Но Манька лежала почти без сознания.

Наутро за завтраком оживленная поездкой Маргерит весело посмеивалась над вытянувшимся, без кровинки лицом Маньки, уверяя, что она, наверное, выпила под праздник слишком много наливки, если беспробудно проспала весь вчерашний вечер. Манька с трудом глотала жидкий чай, а Эрих, опустив голову, двигал стакан по скатерти. Неожиданно он оторвал глаза от вышитых маргариток и, глядя прямо на жену ввалившимися горящими глазами, возмущенно сказал:

– Не понимаю твоего веселья. В доме творится черт знает что. Всюду беспорядок и грязь, извини, но даже дверь скрипит, как у бауэра в сарае. Интересно, для чего ты держишь эту русскую? Вчера она изволила лечь спать, запершись изнутри, и я, как ты знаешь, так и не смог ее добудиться. Пусть немедленно отдаст свой ключ мне. Ты и так дала ей слишком много воли. Теперь пусть поработает за троих. Все. – И, уже натягивая перчатки, добавил: – Да, кстати, забыл тебе сказать, нас в связи со сложившейся обстановкой переводят на казарменное положение, и я смогу бывать дома лишь по воскресеньям.

До удивленной такой многоречивостью мужа Маргерит не сразу дошел смысл сказанного, но, поняв, она заплакала, прикладывая к глазам платок и дрожа всей грудью, слишком высоко поднятой корсетом. Лицо Эриха исказила гримаса отвращения, и, не глядя ни на кого, он вышел.

В ту же ночь Эрих появился поздно и после жадных коротких ласк оставил Маньку задолго до рассвета. Так стало повторяться едва ли не каждую ночь, и все больше становились его глаза на воспаленном лице, и все чаще с пугающей настойчивостью он стал задавать Маньке один и тот же непонятный вопрос: все ли у нее в порядке.
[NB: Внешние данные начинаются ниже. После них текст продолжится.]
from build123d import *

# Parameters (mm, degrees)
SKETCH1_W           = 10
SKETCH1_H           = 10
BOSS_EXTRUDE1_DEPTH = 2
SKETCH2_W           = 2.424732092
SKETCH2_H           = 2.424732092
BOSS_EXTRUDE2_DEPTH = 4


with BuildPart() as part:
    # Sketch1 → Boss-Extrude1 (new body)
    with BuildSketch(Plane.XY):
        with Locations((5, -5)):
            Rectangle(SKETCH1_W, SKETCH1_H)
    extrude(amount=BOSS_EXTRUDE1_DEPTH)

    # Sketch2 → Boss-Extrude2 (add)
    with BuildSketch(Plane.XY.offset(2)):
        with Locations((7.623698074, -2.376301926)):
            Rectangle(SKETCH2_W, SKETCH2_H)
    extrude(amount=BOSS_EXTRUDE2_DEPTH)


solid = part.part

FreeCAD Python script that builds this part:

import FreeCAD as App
import Part
import Sketcher
from FreeCAD import Vector
Q = App.Units.Quantity


def add_polygon(sketch, points):
    """Adds a closed chain of lines whose ends are joined by coincident constraints."""
    first, n = sketch.GeometryCount, len(points)
    for a, b in zip(points, points[1:] + points[:1]):
        sketch.addGeometry(Part.LineSegment(App.Vector(*a, 0), App.Vector(*b, 0)), False)
    for i in range(n):
        sketch.addConstraint(Sketcher.Constraint("Coincident", first + i, 2, first + (i + 1) % n, 1))

doc = App.newDocument("Part")
params = doc.addObject("Spreadsheet::Sheet", "Params")
for row, (alias, value) in enumerate([
    ("sketch1_width", "10 mm"),
    ("pad1_length", "2 mm"),
    ("pad2_length", "4 mm"),
], start=1):
    params.set(f"A{row}", alias)
    params.set(f"B{row}", "=" + value)
    params.setAlias(f"B{row}", alias)

body = doc.addObject("PartDesign::Body", "Body")

# Sketch on XY plane
sketch1 = body.newObject("Sketcher::SketchObject", "Sketch")
sketch1.AttachmentSupport = (doc.getObject("XY_Plane"), [""])
sketch1.MapMode = "FlatFace"
add_polygon(sketch1, [(0, 0), (0, -10), (10, -10), (10, 0)])  # lines 0-3
sketch1.addConstraint(Sketcher.Constraint("Vertical", 0))
sketch1.addConstraint(Sketcher.Constraint("Horizontal", 1))
sketch1.addConstraint(Sketcher.Constraint("Vertical", 2))
sketch1.addConstraint(Sketcher.Constraint("Horizontal", 3))
sketch1.addConstraint(Sketcher.Constraint("Coincident", 3, 2, -1, 1))
sketch1.addConstraint(Sketcher.Constraint("Equal", 3, 0))
sketch1.addConstraint(Sketcher.Constraint("DistanceX", 1, 1, 1, 2, Q("10 mm")))
sketch1.setExpression("Constraints[10]", "Params.sketch1_width")
pad1 = body.newObject("PartDesign::Pad", "Pad")
pad1.Profile = sketch1
pad1.setExpression("Length", "Params.pad1_length")

# Sketch on XY plane
sketch2 = body.newObject("Sketcher::SketchObject", "Sketch001")
sketch2.AttachmentSupport = (doc.getObject("XY_Plane"), [""])
sketch2.MapMode = "FlatFace"
sketch2.AttachmentOffset = App.Placement(Vector(0, 0, 2), App.Rotation())
add_polygon(sketch2, [(6.411332, -1.163936), (6.411332, -3.588668), (8.836064, -3.588668), (8.836064, -1.163936)])  # lines 0-3
sketch2.addConstraint(Sketcher.Constraint("Vertical", 0))
sketch2.addConstraint(Sketcher.Constraint("Horizontal", 1))
sketch2.addConstraint(Sketcher.Constraint("Vertical", 2))
sketch2.addConstraint(Sketcher.Constraint("Horizontal", 3))
sketch2.addConstraint(Sketcher.Constraint("Equal", 3, 0))
sketch2.addConstraint(Sketcher.Constraint("DistanceX", 1, 1, 1, 2, Q("2.424732 mm")))
sketch2.addConstraint(Sketcher.Constraint("DistanceX", -1, 1, 0, 2, Q("6.411332 mm")))
sketch2.addConstraint(Sketcher.Constraint("DistanceY", 0, 2, -1, 1, Q("3.588668 mm")))
pad2 = body.newObject("PartDesign::Pad", "Pad001")
pad2.Profile = sketch2
pad2.setExpression("Length", "Params.pad2_length")

doc.recompute()
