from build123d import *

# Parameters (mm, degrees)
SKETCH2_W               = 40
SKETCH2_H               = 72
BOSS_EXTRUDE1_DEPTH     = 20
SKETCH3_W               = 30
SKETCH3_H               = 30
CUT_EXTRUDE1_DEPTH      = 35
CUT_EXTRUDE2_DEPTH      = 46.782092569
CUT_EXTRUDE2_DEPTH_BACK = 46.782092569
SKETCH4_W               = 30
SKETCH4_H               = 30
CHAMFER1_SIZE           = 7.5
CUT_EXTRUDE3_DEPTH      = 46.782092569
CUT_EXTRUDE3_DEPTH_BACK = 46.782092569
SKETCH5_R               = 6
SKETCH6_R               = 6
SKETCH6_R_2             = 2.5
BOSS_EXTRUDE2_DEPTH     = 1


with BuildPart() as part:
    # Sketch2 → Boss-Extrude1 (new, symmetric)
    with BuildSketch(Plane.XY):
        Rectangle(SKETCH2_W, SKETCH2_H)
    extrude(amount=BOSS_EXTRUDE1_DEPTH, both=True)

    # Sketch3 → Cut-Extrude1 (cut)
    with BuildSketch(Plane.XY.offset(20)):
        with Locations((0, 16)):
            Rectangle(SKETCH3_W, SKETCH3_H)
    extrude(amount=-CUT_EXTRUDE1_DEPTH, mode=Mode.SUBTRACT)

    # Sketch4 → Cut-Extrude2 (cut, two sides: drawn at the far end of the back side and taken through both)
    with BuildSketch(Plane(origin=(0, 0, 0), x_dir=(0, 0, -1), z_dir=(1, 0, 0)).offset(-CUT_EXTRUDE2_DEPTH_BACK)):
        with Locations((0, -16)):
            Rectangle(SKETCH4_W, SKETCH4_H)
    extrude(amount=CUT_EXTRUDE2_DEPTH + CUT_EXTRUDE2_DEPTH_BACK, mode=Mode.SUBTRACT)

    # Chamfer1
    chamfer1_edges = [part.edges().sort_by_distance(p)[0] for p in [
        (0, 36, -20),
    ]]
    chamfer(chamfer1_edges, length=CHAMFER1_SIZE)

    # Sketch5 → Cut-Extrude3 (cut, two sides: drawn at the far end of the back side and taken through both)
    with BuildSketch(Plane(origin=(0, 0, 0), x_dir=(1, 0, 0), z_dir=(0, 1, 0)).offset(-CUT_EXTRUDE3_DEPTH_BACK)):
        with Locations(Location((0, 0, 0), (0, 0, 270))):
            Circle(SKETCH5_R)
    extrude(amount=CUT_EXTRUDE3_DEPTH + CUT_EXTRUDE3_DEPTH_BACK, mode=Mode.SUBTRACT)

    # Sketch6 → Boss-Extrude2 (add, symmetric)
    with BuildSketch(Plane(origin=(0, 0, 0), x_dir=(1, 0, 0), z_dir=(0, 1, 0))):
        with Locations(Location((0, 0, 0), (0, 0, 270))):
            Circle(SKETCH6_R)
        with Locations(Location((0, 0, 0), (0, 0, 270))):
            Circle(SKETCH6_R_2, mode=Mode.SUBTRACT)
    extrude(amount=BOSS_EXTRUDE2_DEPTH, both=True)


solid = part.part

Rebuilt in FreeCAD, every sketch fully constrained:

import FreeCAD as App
import Part
import Sketcher

V = App.Vector


def edges_at(feature, points):
    """Names of the edges that pass closest to the given points."""
    edges = feature.Shape.Edges
    near = lambda p: min(range(len(edges)), key=lambda i: edges[i].distToShape(Part.Vertex(*p))[0])
    return sorted({f"Edge{near(p) + 1}" for p in points})


def add_polygon(sketch, points):
    """Adds a closed chain of lines whose ends are joined by coincident constraints."""
    first, n = sketch.GeometryCount, len(points)
    for a, b in zip(points, points[1:] + points[:1]):
        sketch.addGeometry(Part.LineSegment(App.Vector(*a, 0), App.Vector(*b, 0)), False)
    for i in range(n):
        sketch.addConstraint(Sketcher.Constraint("Coincident", first + i, 2, first + (i + 1) % n, 1))

doc = App.newDocument("Part")
body = doc.addObject("PartDesign::Body", "Body")

sketch1 = body.newObject("Sketcher::SketchObject", "Sketch")
sketch1.AttachmentSupport = (doc.getObject("XY_Plane"), [""])
sketch1.MapMode = "FlatFace"
add_polygon(sketch1, [(-20, 36), (-20, -36), (20, -36), (20, 36)])
sketch1.addConstraint(Sketcher.Constraint("Vertical", 0))
sketch1.addConstraint(Sketcher.Constraint("Horizontal", 1))
sketch1.addConstraint(Sketcher.Constraint("Vertical", 2))
sketch1.addConstraint(Sketcher.Constraint("Horizontal", 3))
sketch1.addConstraint(Sketcher.Constraint("Symmetric", 0, 2, 2, 2, -1, 1))
sketch1.addConstraint(Sketcher.Constraint("DistanceX", 1, 1, 1, 2, 40.0))
sketch1.addConstraint(Sketcher.Constraint("DistanceY", 0, 2, 0, 1, 72.0))
pad1 = body.newObject("PartDesign::Pad", "Pad")
pad1.Profile = sketch1
pad1.Length = 40
pad1.Midplane = True

sketch2 = body.newObject("Sketcher::SketchObject", "Sketch001")
sketch2.AttachmentSupport = (doc.getObject("XY_Plane"), [""])
sketch2.MapMode = "FlatFace"
sketch2.AttachmentOffset = App.Placement(V(0, 0, 20), App.Rotation())
add_polygon(sketch2, [(-15, 31), (-15, 1), (15, 1), (15, 31)])
sketch2.addConstraint(Sketcher.Constraint("Vertical", 0))
sketch2.addConstraint(Sketcher.Constraint("Horizontal", 1))
sketch2.addConstraint(Sketcher.Constraint("Vertical", 2))
sketch2.addConstraint(Sketcher.Constraint("Horizontal", 3))
sketch2.addConstraint(Sketcher.Constraint("Equal", 3, 0))
sketch2.addConstraint(Sketcher.Constraint("DistanceX", 1, 1, 1, 2, 30.0))
sketch2.addConstraint(Sketcher.Constraint("DistanceX", 0, 2, -1, 1, 15.0))
sketch2.addConstraint(Sketcher.Constraint("DistanceY", -1, 1, 0, 2, 1.0))
pocket1 = body.newObject("PartDesign::Pocket", "Pocket")
pocket1.Profile = sketch2
pocket1.Length = 35

sketch3 = body.newObject("Sketcher::SketchObject", "Sketch002")
sketch3.AttachmentSupport = (doc.getObject("YZ_Plane"), [""])
sketch3.MapMode = "FlatFace"
add_polygon(sketch3, [(-1, 15), (-31, 15), (-31, -15), (-1, -15)])
sketch3.addConstraint(Sketcher.Constraint("Horizontal", 0))
sketch3.addConstraint(Sketcher.Constraint("Vertical", 1))
sketch3.addConstraint(Sketcher.Constraint("Horizontal", 2))
sketch3.addConstraint(Sketcher.Constraint("Vertical", 3))
sketch3.addConstraint(Sketcher.Constraint("Equal", 2, 1))
sketch3.addConstraint(Sketcher.Constraint("DistanceX", 0, 2, 0, 1, 30.0))
sketch3.addConstraint(Sketcher.Constraint("DistanceX", 0, 2, -1, 1, 31.0))
sketch3.addConstraint(Sketcher.Constraint("DistanceY", -1, 1, 0, 2, 15.0))
pocket2 = body.newObject("PartDesign::Pocket", "Pocket001")
pocket2.Profile = sketch3
pocket2.Type = "ThroughAll"
pocket2.Midplane = True
doc.recompute()

chamfer = body.newObject("PartDesign::Chamfer", "Chamfer")
chamfer.Base = (pocket2, edges_at(pocket2, [(0, 36, -20)]))
chamfer.Size = 7.5

sketch4 = body.newObject("Sketcher::SketchObject", "Sketch003")
sketch4.AttachmentSupport = (doc.getObject("XZ_Plane"), [""])
sketch4.MapMode = "FlatFace"
sketch4.addGeometry(Part.Circle(V(0, 0, 0), V(0, 0, 1), 6), False)
sketch4.addConstraint(Sketcher.Constraint("Coincident", 0, 3, -1, 1))
sketch4.addConstraint(Sketcher.Constraint("Diameter", 0, 12.0))
pocket3 = body.newObject("PartDesign::Pocket", "Pocket002")
pocket3.Profile = sketch4
pocket3.Type = "ThroughAll"
pocket3.Midplane = True

sketch5 = body.newObject("Sketcher::SketchObject", "Sketch004")
sketch5.AttachmentSupport = (doc.getObject("XZ_Plane"), [""])
sketch5.MapMode = "FlatFace"
sketch5.addGeometry(Part.Circle(V(0, 0, 0), V(0, 0, 1), 6), False)
sketch5.addGeometry(Part.Circle(V(0, 0, 0), V(0, 0, 1), 2.5), False)
sketch5.addConstraint(Sketcher.Constraint("Coincident", 0, 3, -1, 1))
sketch5.addConstraint(Sketcher.Constraint("Coincident", 1, 3, -1, 1))
sketch5.addConstraint(Sketcher.Constraint("Diameter", 0, 12.0))
sketch5.addConstraint(Sketcher.Constraint("Diameter", 1, 5.0))
pad2 = body.newObject("PartDesign::Pad", "Pad001")
pad2.Profile = sketch5
pad2.Length = 2
pad2.Midplane = True

doc.recompute()
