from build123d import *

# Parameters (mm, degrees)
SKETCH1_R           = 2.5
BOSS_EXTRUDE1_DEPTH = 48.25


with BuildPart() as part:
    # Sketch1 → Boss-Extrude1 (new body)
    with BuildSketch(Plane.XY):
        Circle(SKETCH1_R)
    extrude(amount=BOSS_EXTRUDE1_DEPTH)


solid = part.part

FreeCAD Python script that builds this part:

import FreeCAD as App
import Part
import Sketcher
from FreeCAD import Vector
Q = App.Units.Quantity

doc = App.newDocument("Part")
body = doc.addObject("PartDesign::Body", "Body")

sketch1 = body.newObject("Sketcher::SketchObject", "Sketch")
sketch1.AttachmentSupport = (doc.getObject("XY_Plane"), [""])
sketch1.MapMode = "FlatFace"
sketch1.addGeometry(Part.Circle(Vector(0, 0, 0), Vector(0, 0, 1), 2.5), False)
sketch1.addConstraint([
    Sketcher.Constraint("Coincident", 0, 3, -1, 1),
    Sketcher.Constraint("Diameter", 0, Q("5 mm")),
])
pad1 = body.newObject("PartDesign::Pad", "Pad")
pad1.Profile = sketch1
pad1.Length = 48.25

doc.recompute()
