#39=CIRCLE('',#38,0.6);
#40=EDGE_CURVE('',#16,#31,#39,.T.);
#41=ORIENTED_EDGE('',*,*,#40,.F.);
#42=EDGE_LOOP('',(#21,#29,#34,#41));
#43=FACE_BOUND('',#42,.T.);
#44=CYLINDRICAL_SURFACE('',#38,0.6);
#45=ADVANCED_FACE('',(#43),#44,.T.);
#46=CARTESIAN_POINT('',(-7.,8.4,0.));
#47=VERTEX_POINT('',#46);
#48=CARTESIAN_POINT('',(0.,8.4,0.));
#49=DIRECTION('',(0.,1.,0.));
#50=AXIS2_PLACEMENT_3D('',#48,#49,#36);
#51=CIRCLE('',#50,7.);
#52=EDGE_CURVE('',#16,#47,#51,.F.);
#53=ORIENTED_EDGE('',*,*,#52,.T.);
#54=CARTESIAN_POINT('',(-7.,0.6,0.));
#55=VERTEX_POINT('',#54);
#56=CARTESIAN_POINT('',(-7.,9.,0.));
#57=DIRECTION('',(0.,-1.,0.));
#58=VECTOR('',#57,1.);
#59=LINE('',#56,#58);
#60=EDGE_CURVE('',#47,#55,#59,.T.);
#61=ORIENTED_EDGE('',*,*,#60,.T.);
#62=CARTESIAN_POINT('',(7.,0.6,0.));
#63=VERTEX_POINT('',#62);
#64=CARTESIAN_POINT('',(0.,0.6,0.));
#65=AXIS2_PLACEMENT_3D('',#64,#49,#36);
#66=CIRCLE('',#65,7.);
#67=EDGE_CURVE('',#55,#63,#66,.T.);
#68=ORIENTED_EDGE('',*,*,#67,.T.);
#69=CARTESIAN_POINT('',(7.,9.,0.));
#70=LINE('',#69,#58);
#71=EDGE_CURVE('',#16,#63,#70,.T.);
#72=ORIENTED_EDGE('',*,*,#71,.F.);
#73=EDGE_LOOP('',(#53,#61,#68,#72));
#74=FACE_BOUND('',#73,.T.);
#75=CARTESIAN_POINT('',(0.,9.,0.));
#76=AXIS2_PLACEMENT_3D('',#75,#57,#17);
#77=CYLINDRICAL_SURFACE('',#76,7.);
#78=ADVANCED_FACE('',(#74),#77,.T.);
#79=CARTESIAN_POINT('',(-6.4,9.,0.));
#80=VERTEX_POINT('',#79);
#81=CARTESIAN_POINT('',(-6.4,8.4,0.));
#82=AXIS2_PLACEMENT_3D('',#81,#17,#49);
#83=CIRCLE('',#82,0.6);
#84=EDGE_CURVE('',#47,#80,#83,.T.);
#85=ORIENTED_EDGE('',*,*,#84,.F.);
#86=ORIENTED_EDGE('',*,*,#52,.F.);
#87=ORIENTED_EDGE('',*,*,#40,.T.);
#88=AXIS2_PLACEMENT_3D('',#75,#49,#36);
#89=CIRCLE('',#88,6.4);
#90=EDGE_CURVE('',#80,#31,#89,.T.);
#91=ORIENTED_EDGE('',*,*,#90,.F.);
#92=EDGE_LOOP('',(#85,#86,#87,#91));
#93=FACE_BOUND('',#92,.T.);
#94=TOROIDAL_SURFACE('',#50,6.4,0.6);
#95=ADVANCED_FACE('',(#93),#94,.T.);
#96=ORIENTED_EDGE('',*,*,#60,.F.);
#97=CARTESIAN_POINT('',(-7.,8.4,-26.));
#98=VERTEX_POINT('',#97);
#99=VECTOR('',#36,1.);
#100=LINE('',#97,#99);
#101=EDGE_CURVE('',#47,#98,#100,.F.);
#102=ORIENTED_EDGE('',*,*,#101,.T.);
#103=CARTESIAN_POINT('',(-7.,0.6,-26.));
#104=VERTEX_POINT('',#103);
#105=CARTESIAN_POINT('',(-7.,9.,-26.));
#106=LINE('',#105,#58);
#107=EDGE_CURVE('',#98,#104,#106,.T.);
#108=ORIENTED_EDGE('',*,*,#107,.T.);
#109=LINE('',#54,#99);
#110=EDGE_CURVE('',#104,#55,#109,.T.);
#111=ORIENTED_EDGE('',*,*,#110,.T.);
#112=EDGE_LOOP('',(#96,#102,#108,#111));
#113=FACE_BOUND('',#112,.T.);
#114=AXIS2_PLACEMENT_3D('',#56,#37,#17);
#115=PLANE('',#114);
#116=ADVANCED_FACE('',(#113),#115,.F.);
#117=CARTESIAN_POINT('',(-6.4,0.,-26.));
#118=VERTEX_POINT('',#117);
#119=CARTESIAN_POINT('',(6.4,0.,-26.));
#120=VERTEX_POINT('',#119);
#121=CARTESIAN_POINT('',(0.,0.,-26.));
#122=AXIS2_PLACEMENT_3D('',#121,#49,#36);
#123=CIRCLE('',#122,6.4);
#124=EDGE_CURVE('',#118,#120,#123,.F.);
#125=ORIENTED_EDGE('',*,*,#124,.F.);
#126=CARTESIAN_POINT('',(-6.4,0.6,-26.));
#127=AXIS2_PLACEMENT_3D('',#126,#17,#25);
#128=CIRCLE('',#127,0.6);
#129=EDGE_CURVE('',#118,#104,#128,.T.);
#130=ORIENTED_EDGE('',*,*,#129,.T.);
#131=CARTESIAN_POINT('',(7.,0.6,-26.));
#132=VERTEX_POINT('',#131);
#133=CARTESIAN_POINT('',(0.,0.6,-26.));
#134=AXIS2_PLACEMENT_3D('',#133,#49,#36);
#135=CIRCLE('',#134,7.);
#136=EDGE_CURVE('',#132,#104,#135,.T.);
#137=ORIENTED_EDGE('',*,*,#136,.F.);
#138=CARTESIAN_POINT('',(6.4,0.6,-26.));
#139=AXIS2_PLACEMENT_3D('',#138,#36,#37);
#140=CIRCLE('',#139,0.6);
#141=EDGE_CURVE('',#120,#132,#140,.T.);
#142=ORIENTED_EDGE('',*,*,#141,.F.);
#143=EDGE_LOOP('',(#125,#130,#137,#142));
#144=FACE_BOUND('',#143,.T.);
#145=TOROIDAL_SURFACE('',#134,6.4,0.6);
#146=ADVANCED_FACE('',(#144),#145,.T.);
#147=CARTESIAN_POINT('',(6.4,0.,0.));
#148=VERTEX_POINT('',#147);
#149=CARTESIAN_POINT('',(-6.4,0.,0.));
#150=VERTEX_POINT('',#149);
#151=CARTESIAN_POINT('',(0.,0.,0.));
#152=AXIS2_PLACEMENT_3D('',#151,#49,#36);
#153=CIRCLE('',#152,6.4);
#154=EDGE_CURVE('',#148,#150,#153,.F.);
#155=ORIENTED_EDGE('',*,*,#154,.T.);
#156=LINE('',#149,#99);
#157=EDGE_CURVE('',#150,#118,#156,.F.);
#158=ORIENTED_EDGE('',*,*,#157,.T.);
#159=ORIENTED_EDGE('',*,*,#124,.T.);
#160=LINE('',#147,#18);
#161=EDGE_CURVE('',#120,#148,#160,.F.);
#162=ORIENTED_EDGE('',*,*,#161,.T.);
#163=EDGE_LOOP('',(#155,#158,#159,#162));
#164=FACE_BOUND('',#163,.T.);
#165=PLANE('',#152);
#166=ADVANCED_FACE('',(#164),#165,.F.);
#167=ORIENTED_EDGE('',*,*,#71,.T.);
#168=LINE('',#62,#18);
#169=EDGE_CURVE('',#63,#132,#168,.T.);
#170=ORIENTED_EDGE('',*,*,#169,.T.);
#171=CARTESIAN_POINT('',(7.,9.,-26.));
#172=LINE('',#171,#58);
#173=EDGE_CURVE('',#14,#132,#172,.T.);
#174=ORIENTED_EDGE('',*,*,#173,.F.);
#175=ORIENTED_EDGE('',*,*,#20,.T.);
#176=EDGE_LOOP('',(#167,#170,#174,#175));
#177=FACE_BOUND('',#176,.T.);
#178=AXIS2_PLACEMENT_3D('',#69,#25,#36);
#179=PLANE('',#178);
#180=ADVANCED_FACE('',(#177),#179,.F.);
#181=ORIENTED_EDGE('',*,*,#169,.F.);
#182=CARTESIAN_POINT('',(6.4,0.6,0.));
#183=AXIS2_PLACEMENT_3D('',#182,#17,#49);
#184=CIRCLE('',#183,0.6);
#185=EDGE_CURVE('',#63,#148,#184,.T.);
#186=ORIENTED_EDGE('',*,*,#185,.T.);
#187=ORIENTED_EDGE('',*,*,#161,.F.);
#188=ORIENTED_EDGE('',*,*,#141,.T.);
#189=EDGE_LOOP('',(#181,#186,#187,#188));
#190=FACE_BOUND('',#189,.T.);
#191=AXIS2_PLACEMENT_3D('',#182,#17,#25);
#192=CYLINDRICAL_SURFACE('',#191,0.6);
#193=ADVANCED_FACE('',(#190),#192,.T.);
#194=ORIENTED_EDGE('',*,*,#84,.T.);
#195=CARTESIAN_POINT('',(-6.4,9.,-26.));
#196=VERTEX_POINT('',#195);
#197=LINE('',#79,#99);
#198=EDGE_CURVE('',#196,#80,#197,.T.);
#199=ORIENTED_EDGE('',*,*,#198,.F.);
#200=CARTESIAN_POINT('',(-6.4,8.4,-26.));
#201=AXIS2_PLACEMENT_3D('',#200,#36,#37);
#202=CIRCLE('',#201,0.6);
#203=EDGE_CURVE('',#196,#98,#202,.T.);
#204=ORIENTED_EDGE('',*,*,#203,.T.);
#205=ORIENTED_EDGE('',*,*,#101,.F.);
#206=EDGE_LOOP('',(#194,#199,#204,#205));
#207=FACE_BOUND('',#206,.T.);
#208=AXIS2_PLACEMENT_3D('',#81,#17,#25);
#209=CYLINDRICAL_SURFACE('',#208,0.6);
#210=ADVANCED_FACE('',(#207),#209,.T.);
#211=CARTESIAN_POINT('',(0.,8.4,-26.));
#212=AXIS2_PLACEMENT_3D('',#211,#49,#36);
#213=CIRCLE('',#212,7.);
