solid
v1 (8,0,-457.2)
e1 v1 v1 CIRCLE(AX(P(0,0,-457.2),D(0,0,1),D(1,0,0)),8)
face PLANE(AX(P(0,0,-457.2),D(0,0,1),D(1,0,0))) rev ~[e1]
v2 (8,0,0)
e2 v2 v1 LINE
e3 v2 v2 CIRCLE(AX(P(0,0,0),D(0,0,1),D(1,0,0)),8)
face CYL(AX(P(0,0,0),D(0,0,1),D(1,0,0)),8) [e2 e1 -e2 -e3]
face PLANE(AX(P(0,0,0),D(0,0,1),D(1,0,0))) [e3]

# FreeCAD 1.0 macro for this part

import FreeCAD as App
import Part
import Sketcher

doc = App.newDocument("Part")
body = doc.addObject("PartDesign::Body", "Body")

sketch1 = body.newObject("Sketcher::SketchObject", "Sketch")
sketch1.AttachmentSupport = (doc.getObject("XY_Plane"), [""])
sketch1.MapMode = "FlatFace"
sketch1.addGeometry(Part.Circle(App.Vector(0, 0, 0), App.Vector(0, 0, 1), 8), False)
sketch1.addConstraint(Sketcher.Constraint("Coincident", 0, 3, -1, 1))
sketch1.addConstraint(Sketcher.Constraint("Diameter", 0, 16.0))
pad1 = body.newObject("PartDesign::Pad", "Pad")
pad1.Profile = sketch1
pad1.Length = 457.2
pad1.Reversed = True

doc.recompute()
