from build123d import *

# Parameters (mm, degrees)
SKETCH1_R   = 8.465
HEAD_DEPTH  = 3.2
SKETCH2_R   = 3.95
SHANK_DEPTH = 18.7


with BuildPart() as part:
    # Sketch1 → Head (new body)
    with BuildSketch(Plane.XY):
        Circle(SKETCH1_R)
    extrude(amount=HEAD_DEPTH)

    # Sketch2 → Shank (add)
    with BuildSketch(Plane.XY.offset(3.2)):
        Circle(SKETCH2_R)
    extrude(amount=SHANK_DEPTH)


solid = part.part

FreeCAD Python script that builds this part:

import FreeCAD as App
import Part
import Sketcher

doc = App.newDocument("Part")
body = doc.addObject("PartDesign::Body", "Body")

# Sketch on XY plane
sketch1 = body.newObject("Sketcher::SketchObject", "Sketch")
sketch1.AttachmentSupport = (doc.getObject("XY_Plane"), [""])
sketch1.MapMode = "FlatFace"
sketch1.addGeometry(Part.Circle(App.Vector(0, 0, 0), App.Vector(0, 0, 1), 8.465), False)
sketch1.addConstraint(Sketcher.Constraint("Coincident", 0, 3, -1, 1))
sketch1.addConstraint(Sketcher.Constraint("Diameter", 0, 16.93))
pad1 = body.newObject("PartDesign::Pad", "Pad")
pad1.Profile = sketch1
pad1.Length = 3.2

# Sketch on XY plane
sketch2 = body.newObject("Sketcher::SketchObject", "Sketch001")
sketch2.AttachmentSupport = (doc.getObject("XY_Plane"), [""])
sketch2.MapMode = "FlatFace"
sketch2.AttachmentOffset = App.Placement(App.Vector(0, 0, 3.2), App.Rotation())
sketch2.addGeometry(Part.Circle(App.Vector(0, 0, 0), App.Vector(0, 0, 1), 3.95), False)
sketch2.addConstraint(Sketcher.Constraint("Coincident", 0, 3, -1, 1))
sketch2.addConstraint(Sketcher.Constraint("Diameter", 0, 7.9))
pad2 = body.newObject("PartDesign::Pad", "Pad001")
pad2.Profile = sketch2
pad2.Length = 18.7

doc.recompute()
Она уверяла его, что все хорошо, что обилие работы, возложенной теперь на нее Маргерит, совсем ей не в тягость, что есть ей почти не хочется, и горько расстраивалась, видя, что все ее объяснения почему-то его не устраивают. Но, когда наступил февраль и в воздухе запахло землей, хозяйка позвала ее к себе в спальню и вытащила из ящичка трельяжа глянцевитую картонку, на которой пунктуально отмечала крестиками дни Манькиных «красных роз».

– Ну? – прищурившись, спросила фрау Хайгет.

– Я не знаю… ничего не знаю, – растерянно твердила Манька, заливаясь краской. Вопрос Эриха наконец-то стал ей понятным.

– В таком случае подождем еще недельку, а там… – с надменным видом Маргерит спрятала карточку в ящик и заперла на ключик.

В тот же вечер Манька пробралась в ванную, которую топили теперь только для детей, и в сковывающем тело холоде принялась внимательно себя осматривать. С мутящимся от страха сознанием она увидела, что ее груди, раньше такие острые, чуть опустились и висят теперь круглыми тугими полушариями, что соски потемнели, а бедра расширились. Потом она долго ощупывала плоский, чуть ввалившийся живот, потом быстро коснулась пальцами розы и тут же с ужасом отдернула руку, потому что роза показалась ей слишком большой и горячей. Манька заплакала, а ночью сказала Эриху, что у нее все не в порядке. В ответ он придушенно вскрикнул, соскользнул на колени перед кроватью и положил ей на живот свою темноволосую голову. До самого его ухода она пролежала в блаженном забытьи, и ей мерещилось, будто лежит она не в Германии на перине, а в стогу душистого сена, и что ей не дает подняться не голова Эриха, а торчащий горой, до звона натянувший веселый ситец живот, какой она видела перед войной на сенокосе у их соседки, вышедшей на Николу замуж. Под утро Манька вспомнила, как через пару дней та же Катька каталась по тому же сену, воя, как зверь, и хватаясь руками за живот, а подбежавшие бабы, наваливаясь, насильно разводили ее белые полные коленки. Маньку охватил липкий тысячеглазый страх. Она вцепилась в плечи Эриху в тщетной надежде что-то объяснить, но смогла только заскулить и покрыть себя, дрожащую от немой тоски, его телом, спасительным и любимым.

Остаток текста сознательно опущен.